[[ Records shown open ]]

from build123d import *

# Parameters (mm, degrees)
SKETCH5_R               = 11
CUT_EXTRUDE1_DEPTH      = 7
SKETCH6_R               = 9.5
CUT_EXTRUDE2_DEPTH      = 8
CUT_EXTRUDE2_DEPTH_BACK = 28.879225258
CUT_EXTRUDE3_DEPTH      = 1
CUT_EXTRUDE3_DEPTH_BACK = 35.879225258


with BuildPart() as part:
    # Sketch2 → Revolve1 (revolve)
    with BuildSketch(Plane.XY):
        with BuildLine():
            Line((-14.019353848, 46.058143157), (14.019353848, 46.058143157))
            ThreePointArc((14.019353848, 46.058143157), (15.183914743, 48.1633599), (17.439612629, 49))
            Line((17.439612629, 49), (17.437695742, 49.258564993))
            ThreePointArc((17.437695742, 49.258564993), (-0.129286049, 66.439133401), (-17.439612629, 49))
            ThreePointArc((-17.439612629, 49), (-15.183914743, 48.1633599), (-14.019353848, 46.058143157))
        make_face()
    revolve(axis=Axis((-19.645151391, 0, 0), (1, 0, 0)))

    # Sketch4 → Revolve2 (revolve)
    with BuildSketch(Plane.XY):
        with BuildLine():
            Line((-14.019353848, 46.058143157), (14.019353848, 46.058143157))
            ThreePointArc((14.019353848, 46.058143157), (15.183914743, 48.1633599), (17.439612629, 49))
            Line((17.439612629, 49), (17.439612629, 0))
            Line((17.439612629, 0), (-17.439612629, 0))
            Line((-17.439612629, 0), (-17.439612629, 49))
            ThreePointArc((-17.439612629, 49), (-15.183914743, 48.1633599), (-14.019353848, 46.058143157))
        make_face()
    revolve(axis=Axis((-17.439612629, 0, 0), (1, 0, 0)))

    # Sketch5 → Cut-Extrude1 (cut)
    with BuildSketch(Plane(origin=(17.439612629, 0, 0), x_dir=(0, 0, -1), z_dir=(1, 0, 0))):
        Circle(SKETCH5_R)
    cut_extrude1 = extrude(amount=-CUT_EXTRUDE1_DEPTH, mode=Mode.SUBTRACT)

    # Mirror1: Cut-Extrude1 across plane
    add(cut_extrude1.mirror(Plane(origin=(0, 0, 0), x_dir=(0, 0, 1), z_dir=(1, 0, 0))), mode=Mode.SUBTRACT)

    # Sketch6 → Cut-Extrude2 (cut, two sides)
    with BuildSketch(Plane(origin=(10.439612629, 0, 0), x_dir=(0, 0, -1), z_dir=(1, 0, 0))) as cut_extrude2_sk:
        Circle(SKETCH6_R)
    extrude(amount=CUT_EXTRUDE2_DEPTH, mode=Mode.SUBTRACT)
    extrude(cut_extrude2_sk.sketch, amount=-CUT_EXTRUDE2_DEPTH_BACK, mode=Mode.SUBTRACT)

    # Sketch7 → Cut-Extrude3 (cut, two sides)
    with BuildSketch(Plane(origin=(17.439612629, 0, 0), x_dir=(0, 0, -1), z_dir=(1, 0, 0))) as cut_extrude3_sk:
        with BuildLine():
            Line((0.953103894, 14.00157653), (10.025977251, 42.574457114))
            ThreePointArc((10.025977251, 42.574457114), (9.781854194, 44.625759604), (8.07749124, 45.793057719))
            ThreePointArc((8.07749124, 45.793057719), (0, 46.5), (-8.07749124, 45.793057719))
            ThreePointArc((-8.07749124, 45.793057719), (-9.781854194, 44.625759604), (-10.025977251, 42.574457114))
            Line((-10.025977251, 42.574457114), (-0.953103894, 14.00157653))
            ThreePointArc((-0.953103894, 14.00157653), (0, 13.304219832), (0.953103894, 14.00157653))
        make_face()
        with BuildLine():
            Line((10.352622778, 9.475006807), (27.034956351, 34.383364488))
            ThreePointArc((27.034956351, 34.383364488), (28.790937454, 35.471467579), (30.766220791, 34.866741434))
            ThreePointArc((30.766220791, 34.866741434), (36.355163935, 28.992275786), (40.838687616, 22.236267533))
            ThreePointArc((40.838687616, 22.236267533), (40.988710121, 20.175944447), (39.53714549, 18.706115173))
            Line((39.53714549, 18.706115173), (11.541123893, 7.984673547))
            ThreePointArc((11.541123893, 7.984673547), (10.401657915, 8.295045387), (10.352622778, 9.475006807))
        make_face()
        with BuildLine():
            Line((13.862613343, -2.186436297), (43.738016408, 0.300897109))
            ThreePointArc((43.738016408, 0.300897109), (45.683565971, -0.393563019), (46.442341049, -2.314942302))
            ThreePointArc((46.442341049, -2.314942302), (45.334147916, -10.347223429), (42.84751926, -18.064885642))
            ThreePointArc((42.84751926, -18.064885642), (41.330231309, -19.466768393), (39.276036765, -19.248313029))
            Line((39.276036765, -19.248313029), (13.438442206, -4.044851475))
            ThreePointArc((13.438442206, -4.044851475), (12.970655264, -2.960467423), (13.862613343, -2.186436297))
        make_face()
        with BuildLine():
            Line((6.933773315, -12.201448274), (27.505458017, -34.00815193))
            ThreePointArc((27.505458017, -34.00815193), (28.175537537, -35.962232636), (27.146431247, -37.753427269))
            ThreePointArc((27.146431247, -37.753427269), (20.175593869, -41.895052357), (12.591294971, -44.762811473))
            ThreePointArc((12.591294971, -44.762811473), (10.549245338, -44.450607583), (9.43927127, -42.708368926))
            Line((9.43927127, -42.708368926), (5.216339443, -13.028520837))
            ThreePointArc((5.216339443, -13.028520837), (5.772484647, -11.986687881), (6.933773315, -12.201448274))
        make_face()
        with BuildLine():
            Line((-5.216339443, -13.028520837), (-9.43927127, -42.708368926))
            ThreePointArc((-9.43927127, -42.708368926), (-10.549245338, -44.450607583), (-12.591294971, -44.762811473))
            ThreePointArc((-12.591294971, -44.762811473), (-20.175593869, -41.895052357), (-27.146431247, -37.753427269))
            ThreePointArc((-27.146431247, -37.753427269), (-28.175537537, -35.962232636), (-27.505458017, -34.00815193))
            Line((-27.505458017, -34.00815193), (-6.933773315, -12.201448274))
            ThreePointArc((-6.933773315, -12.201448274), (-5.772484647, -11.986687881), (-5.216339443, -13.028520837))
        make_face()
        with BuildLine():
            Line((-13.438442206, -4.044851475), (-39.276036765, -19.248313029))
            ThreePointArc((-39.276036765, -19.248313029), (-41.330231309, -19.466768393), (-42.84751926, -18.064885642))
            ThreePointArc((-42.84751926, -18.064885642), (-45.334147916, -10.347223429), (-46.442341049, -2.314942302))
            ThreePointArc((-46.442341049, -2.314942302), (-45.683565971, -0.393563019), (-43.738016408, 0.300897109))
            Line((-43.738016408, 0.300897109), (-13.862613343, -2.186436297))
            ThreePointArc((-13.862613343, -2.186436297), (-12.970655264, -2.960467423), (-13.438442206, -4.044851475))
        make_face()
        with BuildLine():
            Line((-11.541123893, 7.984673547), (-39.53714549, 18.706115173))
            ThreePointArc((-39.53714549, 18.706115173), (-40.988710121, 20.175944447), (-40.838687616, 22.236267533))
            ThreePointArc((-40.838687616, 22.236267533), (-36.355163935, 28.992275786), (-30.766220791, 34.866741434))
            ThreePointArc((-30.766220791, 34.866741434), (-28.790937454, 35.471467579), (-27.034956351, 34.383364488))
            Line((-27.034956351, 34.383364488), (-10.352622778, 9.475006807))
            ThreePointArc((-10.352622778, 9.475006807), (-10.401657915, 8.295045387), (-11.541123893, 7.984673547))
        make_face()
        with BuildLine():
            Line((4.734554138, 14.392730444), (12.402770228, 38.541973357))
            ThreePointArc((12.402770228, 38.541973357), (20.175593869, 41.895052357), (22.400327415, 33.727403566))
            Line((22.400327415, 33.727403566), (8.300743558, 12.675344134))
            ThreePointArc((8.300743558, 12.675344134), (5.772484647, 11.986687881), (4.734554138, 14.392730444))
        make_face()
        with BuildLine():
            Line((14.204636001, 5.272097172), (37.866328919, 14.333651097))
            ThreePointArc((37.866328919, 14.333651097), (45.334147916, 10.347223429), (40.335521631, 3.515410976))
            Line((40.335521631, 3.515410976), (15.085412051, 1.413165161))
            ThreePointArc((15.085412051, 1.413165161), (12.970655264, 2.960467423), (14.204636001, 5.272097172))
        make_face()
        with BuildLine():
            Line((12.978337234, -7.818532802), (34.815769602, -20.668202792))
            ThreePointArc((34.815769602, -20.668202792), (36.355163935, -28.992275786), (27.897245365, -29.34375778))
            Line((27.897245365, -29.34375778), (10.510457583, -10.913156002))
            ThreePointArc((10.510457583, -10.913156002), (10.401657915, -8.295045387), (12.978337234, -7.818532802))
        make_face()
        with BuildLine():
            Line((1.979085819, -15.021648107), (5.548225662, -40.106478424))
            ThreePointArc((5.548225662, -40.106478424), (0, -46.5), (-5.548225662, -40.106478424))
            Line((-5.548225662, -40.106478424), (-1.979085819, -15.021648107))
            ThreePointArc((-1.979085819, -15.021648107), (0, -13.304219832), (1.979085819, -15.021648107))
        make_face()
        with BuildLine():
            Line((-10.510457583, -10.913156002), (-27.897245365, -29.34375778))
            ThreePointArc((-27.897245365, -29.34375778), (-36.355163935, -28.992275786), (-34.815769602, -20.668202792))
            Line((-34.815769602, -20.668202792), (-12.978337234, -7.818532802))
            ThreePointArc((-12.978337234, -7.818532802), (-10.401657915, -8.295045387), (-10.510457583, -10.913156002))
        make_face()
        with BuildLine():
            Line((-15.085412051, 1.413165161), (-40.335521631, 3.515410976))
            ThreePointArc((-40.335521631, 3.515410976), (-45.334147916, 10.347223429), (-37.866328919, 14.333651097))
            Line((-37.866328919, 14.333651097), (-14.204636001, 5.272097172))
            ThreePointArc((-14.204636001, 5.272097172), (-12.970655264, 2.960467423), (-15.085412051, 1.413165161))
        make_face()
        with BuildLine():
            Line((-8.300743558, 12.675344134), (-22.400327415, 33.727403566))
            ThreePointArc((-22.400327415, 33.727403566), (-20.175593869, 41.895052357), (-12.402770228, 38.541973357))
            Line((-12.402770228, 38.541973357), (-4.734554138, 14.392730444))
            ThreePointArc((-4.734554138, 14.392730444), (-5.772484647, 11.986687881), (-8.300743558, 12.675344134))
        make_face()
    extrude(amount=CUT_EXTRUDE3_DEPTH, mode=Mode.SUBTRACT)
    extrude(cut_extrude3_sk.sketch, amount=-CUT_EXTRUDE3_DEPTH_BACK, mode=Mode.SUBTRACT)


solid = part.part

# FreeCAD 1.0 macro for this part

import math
import FreeCAD as App
import Part
import Sketcher

V = App.Vector

doc = App.newDocument("Part")
params = doc.addObject("Spreadsheet::Sheet", "Params")
for row, (alias, value) in enumerate([
    ("revolution_angle", "360 deg"),
    ("sketch2_height", "49 mm"),
    ("revolution2_angle", "360 deg"),
    ("sketch3_diameter", "22 mm"),
    ("pocket1_length", "7 mm"),
    ("sketch4_diameter", "19 mm"),
    ("sketch5_radius", "1 mm"),
    ("sketch5_radius2", "2.5 mm"),
    ("sketch5_radius3", "46.5 mm"),
], start=1):
    params.set(f"A{row}", alias)
    params.set(f"B{row}", "=" + value)
    params.setAlias(f"B{row}", alias)

body = doc.addObject("PartDesign::Body", "Body")

sketch1 = body.newObject("Sketcher::SketchObject", "Sketch")
sketch1.AttachmentSupport = (doc.getObject("XY_Plane"), [""])
sketch1.MapMode = "FlatFace"
sketch1.addGeometry([
    Part.LineSegment(V(-14.019354, 46.058143, 0), V(14.019354, 46.058143, 0)),
    Part.ArcOfCircle(Part.Circle(V(17.439613, 45.540843, 0), V(0, 0, 1), 3.459157), math.radians(90), math.radians(171.399426)),
    Part.LineSegment(V(17.439613, 49, 0), V(17.437696, 49.258565, 0)),
    Part.ArcOfCircle(Part.Circle(V(0, 49, 0), V(0, 0, 1), 17.439613), math.radians(0.849516), math.radians(180)),
    Part.ArcOfCircle(Part.Circle(V(-17.439613, 45.540843, 0), V(0, 0, 1), 3.459157), math.radians(8.600574), math.radians(90)),
], False)
sketch1.addConstraint([
    Sketcher.Constraint("Coincident", 0, 2, 1, 2),
    Sketcher.Constraint("Coincident", 1, 1, 2, 1),
    Sketcher.Constraint("Coincident", 2, 2, 3, 1),
    Sketcher.Constraint("Coincident", 3, 2, 4, 2),
    Sketcher.Constraint("Coincident", 4, 1, 0, 1),
    Sketcher.Constraint("Horizontal", 0),
    Sketcher.Constraint("PointOnObject", 3, 3, -2),
    Sketcher.Constraint("DistanceY", -1, 1, 3, 3, 49.0),
    Sketcher.Constraint("DistanceY", -1, 1, 1, 1, 49.0),
    Sketcher.Constraint("DistanceY", -1, 1, 3, 2, 49.0),
    Sketcher.Constraint("Radius", 1, 3.459157),
    Sketcher.Constraint("Radius", 3, 17.439613),
    Sketcher.Constraint("Radius", 4, 3.459157),
    Sketcher.Constraint("DistanceY", 1, 3, 0, 2, 0.517301),
    Sketcher.Constraint("DistanceX", 0, 1, 0, 2, 28.038708),
    Sketcher.Constraint("DistanceX", 0, 2, 1, 1, 3.420259),
    Sketcher.Constraint("DistanceX", 0, 2, 2, 2, 3.418342),
    Sketcher.Constraint("DistanceY", 0, 2, 2, 2, 3.200422),
])
revolution = body.newObject("PartDesign::Revolution", "Revolution")
revolution.Profile = sketch1
revolution.ReferenceAxis = (sketch1, ["H_Axis"])
revolution.setExpression("Angle", "Params.revolution_angle")

sketch2 = body.newObject("Sketcher::SketchObject", "Sketch001")
sketch2.AttachmentSupport = (doc.getObject("XY_Plane"), [""])
sketch2.MapMode = "FlatFace"
sketch2.addGeometry([
    Part.LineSegment(V(14, 46.1, 0), V(-14, 46.1, 0)),
    Part.ArcOfCircle(Part.Circle(V(-17.4, 45.5, 0), V(0, 0, 1), 3.5), math.radians(9), math.radians(90)),
    Part.LineSegment(V(-17.4, 49, 0), V(-17.4, 0, 0)),
    Part.LineSegment(V(-17.4, 0, 0), V(17.4, 0, 0)),
    Part.LineSegment(V(17.4, 0, 0), V(17.4, 49, 0)),
    Part.ArcOfCircle(Part.Circle(V(17.4, 45.5, 0), V(0, 0, 1), 3.5), math.radians(90), math.radians(171)),
], False)
sketch2.addConstraint([
    Sketcher.Constraint("Coincident", 0, 2, 1, 1),
    Sketcher.Constraint("Coincident", 1, 2, 2, 1),
    Sketcher.Constraint("Coincident", 2, 2, 3, 1),
    Sketcher.Constraint("Coincident", 3, 2, 4, 1),
    Sketcher.Constraint("Coincident", 4, 2, 5, 1),
    Sketcher.Constraint("Coincident", 5, 2, 0, 1),
    Sketcher.Constraint("Horizontal", 0),
    Sketcher.Constraint("Vertical", 2),
    Sketcher.Constraint("Horizontal", 3),
    Sketcher.Constraint("Vertical", 4),
    Sketcher.Constraint("Equal", 1, 5),
    Sketcher.Constraint("Symmetric", 2, 2, 3, 2, -1, 1),
    Sketcher.Constraint("Symmetric", 1, 3, 5, 3, -2),
    Sketcher.Constraint("Vertical", 5, 3, 3, 2),
    Sketcher.Constraint("DistanceY", 2, 2, 2, 1, 49.0),
    Sketcher.Constraint("Radius", 1, 3.459157),
    Sketcher.Constraint("DistanceY", 1, 3, 0, 2, 0.517301),
    Sketcher.Constraint("DistanceX", 0, 2, 0, 1, 28.038708),
])
sketch2.setExpression("Constraints[14]", "Params.sketch2_height")
revolution2 = body.newObject("PartDesign::Revolution", "Revolution001")
revolution2.Profile = sketch2
revolution2.ReferenceAxis = (sketch2, ["H_Axis"])
revolution2.setExpression("Angle", "Params.revolution2_angle")

sketch3 = body.newObject("Sketcher::SketchObject", "Sketch002")
sketch3.AttachmentSupport = (doc.getObject("YZ_Plane"), [""])
sketch3.MapMode = "FlatFace"
sketch3.AttachmentOffset = App.Placement(V(0, 0, 17.439613), App.Rotation())
sketch3.addGeometry(Part.Circle(V(0, 0, 0), V(0, 0, 1), 11), False)
sketch3.addConstraint([
    Sketcher.Constraint("Coincident", 0, 3, -1, 1),
    Sketcher.Constraint("Diameter", 0, 22.0),
])
sketch3.setExpression("Constraints[1]", "Params.sketch3_diameter")
pocket1 = body.newObject("PartDesign::Pocket", "Pocket")
pocket1.Profile = sketch3
pocket1.setExpression("Length", "Params.pocket1_length")
doc.recompute()

mirrored = body.newObject("PartDesign::Mirrored", "Mirrored")
mirrored.Originals = [pocket1]
mirrored.MirrorPlane = (doc.getObject("YZ_Plane"), [""])
body.Tip = mirrored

[[ Records shown closed ]]

### What the task requires
Among the lines above, find the ones containing "revolve" and copy them.

### Solved problem
    # Sketch2 → Revolve1 (revolve)
    revolve(axis=Axis((-19.645151391, 0, 0), (1, 0, 0)))
    # Sketch4 → Revolve2 (revolve)
    revolve(axis=Axis((-17.439612629, 0, 0), (1, 0, 0)))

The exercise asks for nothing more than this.